- _Try it_
Beginning with the first line, transcribe the entries below exactly through the line containing "#95=CIRCLE('',#94,1.6);", inclusive.
======== Dataset extract
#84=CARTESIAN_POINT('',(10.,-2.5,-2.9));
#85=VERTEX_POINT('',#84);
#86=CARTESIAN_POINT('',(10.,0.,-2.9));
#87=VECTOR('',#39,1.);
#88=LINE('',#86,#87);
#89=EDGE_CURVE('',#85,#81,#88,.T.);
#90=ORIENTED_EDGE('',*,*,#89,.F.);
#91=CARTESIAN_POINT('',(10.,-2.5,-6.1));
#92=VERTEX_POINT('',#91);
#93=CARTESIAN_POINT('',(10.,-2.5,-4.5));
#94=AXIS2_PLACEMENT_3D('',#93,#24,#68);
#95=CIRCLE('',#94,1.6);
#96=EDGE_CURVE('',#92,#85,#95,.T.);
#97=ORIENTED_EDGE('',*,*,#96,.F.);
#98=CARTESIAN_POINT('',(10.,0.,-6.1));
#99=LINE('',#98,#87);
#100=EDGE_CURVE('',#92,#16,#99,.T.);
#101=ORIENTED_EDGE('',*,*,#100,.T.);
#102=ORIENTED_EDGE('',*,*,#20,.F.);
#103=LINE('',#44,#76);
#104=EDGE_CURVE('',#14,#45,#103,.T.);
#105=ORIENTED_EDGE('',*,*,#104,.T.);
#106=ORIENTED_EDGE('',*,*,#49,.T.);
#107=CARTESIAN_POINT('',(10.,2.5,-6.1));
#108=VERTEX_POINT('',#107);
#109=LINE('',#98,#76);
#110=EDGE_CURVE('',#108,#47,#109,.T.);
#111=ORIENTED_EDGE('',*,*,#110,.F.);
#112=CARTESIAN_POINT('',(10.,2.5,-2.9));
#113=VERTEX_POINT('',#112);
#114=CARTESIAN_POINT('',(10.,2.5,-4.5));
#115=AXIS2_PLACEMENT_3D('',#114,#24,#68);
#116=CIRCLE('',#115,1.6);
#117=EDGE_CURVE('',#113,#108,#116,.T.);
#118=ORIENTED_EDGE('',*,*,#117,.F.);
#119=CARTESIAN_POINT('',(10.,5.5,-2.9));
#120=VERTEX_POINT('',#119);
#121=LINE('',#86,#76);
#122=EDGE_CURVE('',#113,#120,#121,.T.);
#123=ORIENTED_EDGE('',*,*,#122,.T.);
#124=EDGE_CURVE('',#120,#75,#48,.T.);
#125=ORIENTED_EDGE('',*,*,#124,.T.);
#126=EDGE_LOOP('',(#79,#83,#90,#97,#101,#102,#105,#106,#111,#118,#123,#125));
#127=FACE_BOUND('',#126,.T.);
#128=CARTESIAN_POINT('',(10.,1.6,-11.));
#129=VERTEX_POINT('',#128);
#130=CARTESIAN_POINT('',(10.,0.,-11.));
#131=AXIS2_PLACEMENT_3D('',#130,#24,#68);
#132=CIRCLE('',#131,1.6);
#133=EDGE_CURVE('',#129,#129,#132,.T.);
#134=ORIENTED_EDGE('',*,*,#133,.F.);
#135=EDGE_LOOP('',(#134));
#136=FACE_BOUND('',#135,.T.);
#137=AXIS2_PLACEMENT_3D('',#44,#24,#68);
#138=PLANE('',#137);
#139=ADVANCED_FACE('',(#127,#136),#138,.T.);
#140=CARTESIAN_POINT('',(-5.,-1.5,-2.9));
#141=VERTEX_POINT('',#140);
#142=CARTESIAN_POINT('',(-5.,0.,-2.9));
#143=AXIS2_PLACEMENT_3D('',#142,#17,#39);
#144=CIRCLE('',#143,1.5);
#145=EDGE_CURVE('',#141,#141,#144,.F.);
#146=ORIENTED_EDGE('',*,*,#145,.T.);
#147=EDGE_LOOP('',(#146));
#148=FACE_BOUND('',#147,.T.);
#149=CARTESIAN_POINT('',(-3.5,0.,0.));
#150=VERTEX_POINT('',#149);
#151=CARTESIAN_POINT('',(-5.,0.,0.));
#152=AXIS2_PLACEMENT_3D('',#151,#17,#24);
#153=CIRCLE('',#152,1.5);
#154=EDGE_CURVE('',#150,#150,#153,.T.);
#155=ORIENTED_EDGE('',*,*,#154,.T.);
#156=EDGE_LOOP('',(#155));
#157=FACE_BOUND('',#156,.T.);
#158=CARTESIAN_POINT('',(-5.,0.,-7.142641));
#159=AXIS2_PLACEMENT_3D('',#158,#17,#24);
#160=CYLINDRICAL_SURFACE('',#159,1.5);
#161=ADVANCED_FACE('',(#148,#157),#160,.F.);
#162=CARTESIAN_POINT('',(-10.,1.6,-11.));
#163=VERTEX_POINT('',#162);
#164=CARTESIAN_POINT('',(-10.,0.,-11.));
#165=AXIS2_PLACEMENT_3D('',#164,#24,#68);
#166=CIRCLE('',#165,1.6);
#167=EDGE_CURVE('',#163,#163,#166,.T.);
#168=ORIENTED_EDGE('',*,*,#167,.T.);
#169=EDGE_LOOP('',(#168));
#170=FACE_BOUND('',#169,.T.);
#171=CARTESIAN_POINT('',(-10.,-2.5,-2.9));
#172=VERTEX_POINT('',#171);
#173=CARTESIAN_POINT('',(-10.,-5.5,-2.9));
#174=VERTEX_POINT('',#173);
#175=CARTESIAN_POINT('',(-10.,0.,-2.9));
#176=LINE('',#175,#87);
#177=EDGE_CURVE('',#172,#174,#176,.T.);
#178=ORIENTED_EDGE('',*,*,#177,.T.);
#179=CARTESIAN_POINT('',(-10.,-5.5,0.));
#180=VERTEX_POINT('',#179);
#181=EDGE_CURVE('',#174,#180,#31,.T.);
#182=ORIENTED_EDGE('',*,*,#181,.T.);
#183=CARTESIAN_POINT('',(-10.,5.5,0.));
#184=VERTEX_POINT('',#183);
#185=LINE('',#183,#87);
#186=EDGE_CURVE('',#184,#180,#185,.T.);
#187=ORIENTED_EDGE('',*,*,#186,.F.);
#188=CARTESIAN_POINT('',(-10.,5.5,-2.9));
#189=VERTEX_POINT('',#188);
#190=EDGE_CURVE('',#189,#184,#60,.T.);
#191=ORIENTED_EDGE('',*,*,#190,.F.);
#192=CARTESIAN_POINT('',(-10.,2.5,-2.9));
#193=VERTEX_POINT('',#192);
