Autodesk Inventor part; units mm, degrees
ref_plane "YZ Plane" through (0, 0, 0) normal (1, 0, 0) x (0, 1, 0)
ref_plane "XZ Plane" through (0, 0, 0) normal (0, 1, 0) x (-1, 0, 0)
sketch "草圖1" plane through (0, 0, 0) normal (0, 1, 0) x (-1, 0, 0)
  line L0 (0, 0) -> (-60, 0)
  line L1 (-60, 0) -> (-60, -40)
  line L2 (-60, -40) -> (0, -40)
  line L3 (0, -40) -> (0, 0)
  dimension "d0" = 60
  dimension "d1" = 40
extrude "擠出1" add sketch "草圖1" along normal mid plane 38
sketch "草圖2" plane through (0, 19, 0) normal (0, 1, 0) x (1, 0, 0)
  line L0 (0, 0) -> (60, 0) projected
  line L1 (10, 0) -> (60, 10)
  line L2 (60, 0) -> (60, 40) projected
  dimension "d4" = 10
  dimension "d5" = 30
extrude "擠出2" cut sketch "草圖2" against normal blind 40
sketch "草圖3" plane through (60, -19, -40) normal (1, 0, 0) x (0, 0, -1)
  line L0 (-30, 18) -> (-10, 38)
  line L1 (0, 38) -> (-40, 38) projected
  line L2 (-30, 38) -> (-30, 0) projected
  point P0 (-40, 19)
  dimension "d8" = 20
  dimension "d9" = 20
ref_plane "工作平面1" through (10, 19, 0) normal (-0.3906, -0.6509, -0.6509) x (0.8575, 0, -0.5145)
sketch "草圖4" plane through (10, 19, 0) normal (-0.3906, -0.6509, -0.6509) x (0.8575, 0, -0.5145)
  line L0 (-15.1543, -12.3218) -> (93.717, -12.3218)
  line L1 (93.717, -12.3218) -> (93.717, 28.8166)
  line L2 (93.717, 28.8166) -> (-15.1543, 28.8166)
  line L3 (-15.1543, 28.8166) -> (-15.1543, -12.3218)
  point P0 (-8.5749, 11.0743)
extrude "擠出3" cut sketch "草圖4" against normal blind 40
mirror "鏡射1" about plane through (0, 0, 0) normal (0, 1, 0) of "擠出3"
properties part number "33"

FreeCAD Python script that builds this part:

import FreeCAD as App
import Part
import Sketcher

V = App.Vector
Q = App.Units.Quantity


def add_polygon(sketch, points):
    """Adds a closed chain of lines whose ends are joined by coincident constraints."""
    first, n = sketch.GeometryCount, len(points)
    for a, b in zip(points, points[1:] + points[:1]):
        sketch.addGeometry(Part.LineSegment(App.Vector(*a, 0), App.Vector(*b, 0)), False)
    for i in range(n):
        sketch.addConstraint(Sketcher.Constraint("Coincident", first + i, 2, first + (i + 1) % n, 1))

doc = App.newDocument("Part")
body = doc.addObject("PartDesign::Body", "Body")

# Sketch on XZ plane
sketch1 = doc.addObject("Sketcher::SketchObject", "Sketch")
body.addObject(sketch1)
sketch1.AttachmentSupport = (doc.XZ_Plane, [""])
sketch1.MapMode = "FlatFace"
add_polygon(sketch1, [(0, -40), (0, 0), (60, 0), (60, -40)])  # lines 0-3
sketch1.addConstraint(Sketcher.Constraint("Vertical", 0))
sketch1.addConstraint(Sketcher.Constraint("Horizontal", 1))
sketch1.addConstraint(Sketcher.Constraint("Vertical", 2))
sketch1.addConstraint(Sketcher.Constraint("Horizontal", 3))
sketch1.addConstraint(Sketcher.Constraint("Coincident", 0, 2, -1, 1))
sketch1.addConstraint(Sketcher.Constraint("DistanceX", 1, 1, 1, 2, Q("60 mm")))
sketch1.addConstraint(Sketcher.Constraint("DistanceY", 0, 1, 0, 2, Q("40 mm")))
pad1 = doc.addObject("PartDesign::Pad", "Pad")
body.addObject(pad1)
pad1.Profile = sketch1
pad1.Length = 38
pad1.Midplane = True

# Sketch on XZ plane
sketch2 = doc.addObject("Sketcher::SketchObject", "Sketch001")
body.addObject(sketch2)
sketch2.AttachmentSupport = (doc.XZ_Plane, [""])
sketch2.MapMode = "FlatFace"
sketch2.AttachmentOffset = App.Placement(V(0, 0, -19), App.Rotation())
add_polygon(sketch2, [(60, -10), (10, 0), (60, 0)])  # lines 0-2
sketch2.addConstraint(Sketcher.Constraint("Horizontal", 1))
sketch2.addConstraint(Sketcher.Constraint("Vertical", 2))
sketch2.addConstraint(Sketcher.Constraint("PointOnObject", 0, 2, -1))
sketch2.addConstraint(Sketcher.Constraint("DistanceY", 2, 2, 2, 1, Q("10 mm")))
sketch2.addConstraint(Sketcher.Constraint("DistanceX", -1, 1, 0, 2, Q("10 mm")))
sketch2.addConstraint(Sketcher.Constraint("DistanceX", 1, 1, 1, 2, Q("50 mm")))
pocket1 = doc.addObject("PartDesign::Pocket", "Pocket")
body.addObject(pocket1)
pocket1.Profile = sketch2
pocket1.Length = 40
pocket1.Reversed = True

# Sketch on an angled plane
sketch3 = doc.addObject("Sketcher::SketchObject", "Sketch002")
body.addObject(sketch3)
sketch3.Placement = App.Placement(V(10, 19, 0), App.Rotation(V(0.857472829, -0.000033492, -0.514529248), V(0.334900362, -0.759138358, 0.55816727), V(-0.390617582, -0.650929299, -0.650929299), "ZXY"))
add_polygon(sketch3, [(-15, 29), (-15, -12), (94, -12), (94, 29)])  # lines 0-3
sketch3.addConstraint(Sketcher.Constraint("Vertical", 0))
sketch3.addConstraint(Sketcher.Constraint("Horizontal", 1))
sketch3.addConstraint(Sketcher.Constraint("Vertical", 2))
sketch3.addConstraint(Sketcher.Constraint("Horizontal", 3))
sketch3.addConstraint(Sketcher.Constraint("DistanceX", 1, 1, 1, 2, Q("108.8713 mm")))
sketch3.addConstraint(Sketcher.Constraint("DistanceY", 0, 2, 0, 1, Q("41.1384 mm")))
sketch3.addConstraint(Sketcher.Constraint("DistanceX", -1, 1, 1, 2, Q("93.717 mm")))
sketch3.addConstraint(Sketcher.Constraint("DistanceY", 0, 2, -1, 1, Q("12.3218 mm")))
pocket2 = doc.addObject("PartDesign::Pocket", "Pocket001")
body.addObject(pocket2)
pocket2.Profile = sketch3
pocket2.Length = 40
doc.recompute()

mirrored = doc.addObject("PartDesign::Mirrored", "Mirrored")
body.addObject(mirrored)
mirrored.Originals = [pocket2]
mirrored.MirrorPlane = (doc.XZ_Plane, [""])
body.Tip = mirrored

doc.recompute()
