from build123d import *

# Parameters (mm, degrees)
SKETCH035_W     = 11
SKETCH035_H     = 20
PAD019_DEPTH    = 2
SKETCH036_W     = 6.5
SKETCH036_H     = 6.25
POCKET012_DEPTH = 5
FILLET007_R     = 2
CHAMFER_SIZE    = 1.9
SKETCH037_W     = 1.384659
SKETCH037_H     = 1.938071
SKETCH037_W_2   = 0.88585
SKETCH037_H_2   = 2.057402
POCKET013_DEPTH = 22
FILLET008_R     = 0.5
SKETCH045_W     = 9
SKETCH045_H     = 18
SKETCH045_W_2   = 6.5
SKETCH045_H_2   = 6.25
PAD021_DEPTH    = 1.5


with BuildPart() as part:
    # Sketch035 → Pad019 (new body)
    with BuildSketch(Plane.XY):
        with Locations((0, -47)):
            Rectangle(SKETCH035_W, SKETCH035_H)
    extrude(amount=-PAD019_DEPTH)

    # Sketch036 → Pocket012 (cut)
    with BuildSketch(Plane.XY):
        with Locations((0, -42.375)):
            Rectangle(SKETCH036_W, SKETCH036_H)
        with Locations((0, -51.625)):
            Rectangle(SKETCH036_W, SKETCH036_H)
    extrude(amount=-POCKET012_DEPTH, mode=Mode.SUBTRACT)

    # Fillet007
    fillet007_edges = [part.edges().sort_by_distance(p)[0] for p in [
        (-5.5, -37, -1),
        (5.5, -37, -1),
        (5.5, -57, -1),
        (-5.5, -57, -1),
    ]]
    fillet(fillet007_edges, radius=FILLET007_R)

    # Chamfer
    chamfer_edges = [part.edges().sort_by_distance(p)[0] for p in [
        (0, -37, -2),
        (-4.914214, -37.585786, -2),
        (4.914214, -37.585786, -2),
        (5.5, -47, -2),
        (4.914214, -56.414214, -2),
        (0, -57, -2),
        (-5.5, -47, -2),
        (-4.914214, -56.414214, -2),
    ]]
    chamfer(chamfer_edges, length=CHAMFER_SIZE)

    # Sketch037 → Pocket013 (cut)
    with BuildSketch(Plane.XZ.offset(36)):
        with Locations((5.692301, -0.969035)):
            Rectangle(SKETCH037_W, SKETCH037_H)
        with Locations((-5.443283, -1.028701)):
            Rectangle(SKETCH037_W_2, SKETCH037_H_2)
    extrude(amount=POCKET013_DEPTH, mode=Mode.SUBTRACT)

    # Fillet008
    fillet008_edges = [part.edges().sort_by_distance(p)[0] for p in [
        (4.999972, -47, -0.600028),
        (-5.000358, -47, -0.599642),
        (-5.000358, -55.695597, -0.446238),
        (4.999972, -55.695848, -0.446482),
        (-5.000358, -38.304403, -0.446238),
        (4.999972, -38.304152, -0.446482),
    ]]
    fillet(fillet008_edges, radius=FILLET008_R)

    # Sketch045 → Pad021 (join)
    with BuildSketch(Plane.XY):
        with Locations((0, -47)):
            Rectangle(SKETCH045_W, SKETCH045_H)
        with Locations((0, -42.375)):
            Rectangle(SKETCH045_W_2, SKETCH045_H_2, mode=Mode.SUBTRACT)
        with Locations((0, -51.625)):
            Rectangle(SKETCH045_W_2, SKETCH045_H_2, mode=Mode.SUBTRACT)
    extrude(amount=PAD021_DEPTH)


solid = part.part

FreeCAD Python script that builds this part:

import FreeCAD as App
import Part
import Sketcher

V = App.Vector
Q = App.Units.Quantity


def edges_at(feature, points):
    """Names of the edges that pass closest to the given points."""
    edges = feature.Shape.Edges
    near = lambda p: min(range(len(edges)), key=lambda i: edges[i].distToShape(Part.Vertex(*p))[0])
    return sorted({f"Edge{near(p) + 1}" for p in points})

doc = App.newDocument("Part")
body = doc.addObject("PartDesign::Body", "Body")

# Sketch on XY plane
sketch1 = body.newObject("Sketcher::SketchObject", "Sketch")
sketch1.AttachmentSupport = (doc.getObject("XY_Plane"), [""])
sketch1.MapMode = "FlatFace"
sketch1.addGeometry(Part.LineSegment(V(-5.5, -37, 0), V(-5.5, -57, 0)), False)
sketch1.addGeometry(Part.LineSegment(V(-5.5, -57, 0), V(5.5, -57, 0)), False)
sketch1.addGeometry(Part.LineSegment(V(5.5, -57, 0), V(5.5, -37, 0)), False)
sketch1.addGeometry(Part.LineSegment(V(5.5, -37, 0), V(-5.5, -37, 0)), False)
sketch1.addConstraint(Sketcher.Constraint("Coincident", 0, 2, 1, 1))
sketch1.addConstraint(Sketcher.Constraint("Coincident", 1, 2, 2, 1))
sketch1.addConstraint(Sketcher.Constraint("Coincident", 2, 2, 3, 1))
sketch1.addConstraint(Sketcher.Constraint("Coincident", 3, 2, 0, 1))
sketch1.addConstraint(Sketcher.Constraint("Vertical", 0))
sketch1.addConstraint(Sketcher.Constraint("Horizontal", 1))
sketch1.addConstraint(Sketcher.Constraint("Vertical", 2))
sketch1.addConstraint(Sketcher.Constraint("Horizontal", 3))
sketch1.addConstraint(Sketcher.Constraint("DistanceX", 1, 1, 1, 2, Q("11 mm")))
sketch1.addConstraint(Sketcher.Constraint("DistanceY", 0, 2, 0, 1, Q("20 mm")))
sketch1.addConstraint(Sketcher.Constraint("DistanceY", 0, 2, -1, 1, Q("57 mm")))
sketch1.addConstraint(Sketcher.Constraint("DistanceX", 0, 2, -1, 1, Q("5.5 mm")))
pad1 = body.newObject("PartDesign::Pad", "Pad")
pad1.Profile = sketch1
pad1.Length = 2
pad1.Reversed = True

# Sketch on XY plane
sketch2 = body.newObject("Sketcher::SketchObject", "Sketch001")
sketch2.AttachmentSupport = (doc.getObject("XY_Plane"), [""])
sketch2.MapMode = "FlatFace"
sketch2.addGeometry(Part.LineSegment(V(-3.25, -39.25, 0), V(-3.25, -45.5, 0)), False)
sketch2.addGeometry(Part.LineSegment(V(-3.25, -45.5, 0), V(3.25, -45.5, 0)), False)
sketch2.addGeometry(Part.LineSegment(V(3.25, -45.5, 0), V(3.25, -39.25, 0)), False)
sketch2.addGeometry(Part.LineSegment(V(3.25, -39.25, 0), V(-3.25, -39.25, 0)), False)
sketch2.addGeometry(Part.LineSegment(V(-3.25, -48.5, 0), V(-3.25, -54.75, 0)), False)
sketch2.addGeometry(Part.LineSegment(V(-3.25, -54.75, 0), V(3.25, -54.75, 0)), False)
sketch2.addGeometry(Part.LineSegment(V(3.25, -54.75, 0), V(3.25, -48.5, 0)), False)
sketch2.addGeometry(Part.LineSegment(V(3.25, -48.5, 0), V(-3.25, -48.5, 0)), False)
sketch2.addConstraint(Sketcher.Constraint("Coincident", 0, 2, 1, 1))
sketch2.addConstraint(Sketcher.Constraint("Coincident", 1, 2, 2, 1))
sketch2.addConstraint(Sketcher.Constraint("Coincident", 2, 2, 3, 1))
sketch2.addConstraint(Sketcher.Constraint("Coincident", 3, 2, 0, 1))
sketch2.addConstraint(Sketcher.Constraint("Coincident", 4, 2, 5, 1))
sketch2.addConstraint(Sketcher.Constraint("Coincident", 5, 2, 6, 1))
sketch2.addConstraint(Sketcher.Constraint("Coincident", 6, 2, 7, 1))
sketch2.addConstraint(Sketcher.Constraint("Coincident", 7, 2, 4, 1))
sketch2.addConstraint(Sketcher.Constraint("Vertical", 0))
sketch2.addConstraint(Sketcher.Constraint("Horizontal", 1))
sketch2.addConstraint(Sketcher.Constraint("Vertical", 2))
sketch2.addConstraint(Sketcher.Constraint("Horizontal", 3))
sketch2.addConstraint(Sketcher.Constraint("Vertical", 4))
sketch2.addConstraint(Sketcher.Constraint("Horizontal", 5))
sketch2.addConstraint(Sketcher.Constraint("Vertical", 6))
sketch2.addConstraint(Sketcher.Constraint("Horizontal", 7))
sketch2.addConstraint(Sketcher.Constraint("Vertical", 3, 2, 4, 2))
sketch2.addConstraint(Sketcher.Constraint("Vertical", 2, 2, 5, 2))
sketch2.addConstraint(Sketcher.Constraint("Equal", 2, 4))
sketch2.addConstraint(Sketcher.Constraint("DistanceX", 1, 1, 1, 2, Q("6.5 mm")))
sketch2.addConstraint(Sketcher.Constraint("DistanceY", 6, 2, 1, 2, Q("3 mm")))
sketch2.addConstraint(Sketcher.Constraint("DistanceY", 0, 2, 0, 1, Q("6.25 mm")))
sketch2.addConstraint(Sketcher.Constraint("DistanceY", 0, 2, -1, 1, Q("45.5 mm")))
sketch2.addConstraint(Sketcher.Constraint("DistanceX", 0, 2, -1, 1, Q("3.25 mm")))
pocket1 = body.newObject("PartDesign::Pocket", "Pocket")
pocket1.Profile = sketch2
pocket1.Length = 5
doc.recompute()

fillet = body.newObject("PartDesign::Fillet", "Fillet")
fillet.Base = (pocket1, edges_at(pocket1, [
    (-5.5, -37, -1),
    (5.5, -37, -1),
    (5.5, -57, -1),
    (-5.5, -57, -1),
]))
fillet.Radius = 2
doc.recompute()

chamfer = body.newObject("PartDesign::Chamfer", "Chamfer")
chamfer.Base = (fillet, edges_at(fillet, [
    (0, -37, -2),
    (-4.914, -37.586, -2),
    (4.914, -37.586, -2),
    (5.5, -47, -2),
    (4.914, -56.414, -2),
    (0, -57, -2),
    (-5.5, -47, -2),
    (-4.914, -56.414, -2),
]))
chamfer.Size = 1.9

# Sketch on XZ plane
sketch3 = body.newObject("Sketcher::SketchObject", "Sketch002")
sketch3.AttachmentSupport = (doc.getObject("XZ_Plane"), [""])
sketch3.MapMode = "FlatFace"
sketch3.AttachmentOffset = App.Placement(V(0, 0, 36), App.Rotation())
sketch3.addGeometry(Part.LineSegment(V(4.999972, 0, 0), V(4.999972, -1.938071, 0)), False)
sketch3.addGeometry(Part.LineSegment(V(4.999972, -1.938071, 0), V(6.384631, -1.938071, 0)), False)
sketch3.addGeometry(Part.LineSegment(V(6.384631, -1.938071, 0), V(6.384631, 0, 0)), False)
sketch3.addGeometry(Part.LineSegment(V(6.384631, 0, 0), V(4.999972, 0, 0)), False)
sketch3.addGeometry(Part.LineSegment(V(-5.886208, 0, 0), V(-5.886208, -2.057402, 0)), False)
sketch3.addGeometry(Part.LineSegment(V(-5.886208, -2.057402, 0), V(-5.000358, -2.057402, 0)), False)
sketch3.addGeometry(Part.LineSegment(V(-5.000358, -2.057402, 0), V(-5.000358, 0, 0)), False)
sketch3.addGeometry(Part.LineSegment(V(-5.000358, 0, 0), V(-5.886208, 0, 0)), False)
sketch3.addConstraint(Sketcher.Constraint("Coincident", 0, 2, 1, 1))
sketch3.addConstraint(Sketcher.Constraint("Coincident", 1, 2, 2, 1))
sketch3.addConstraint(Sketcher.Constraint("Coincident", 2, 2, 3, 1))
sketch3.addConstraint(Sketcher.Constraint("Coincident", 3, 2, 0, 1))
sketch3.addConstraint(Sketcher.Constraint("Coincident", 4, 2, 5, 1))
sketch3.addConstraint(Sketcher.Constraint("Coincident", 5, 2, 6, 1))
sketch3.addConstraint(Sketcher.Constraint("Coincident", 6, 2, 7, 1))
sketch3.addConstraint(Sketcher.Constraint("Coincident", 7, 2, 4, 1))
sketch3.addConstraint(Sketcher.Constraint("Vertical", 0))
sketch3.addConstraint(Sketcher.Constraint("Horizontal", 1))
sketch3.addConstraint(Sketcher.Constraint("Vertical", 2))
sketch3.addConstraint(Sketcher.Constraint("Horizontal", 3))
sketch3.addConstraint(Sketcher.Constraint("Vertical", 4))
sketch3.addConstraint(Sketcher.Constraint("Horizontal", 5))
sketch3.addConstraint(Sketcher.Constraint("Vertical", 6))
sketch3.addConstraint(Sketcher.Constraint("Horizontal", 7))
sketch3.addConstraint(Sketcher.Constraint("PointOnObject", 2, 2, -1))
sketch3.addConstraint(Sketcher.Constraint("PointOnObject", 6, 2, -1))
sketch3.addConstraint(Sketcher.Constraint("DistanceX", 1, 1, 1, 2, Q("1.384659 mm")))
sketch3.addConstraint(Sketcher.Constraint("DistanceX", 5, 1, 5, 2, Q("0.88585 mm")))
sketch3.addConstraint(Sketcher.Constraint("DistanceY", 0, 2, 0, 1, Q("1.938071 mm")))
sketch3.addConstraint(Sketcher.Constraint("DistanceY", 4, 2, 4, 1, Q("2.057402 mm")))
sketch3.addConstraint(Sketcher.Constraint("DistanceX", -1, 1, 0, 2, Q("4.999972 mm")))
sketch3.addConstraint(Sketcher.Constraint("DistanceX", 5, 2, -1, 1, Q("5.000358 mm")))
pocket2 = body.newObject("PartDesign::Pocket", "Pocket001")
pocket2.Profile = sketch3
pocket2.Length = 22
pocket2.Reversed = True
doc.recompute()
================
- _Output of the exercise_
#84=CARTESIAN_POINT('',(10.,-2.5,-2.9));
#85=VERTEX_POINT('',#84);
#86=CARTESIAN_POINT('',(10.,0.,-2.9));
#87=VECTOR('',#39,1.);
#88=LINE('',#86,#87);
#89=EDGE_CURVE('',#85,#81,#88,.T.);
#90=ORIENTED_EDGE('',*,*,#89,.F.);
#91=CARTESIAN_POINT('',(10.,-2.5,-6.1));
#92=VERTEX_POINT('',#91);
#93=CARTESIAN_POINT('',(10.,-2.5,-4.5));
#94=AXIS2_PLACEMENT_3D('',#93,#24,#68);
#95=CIRCLE('',#94,1.6);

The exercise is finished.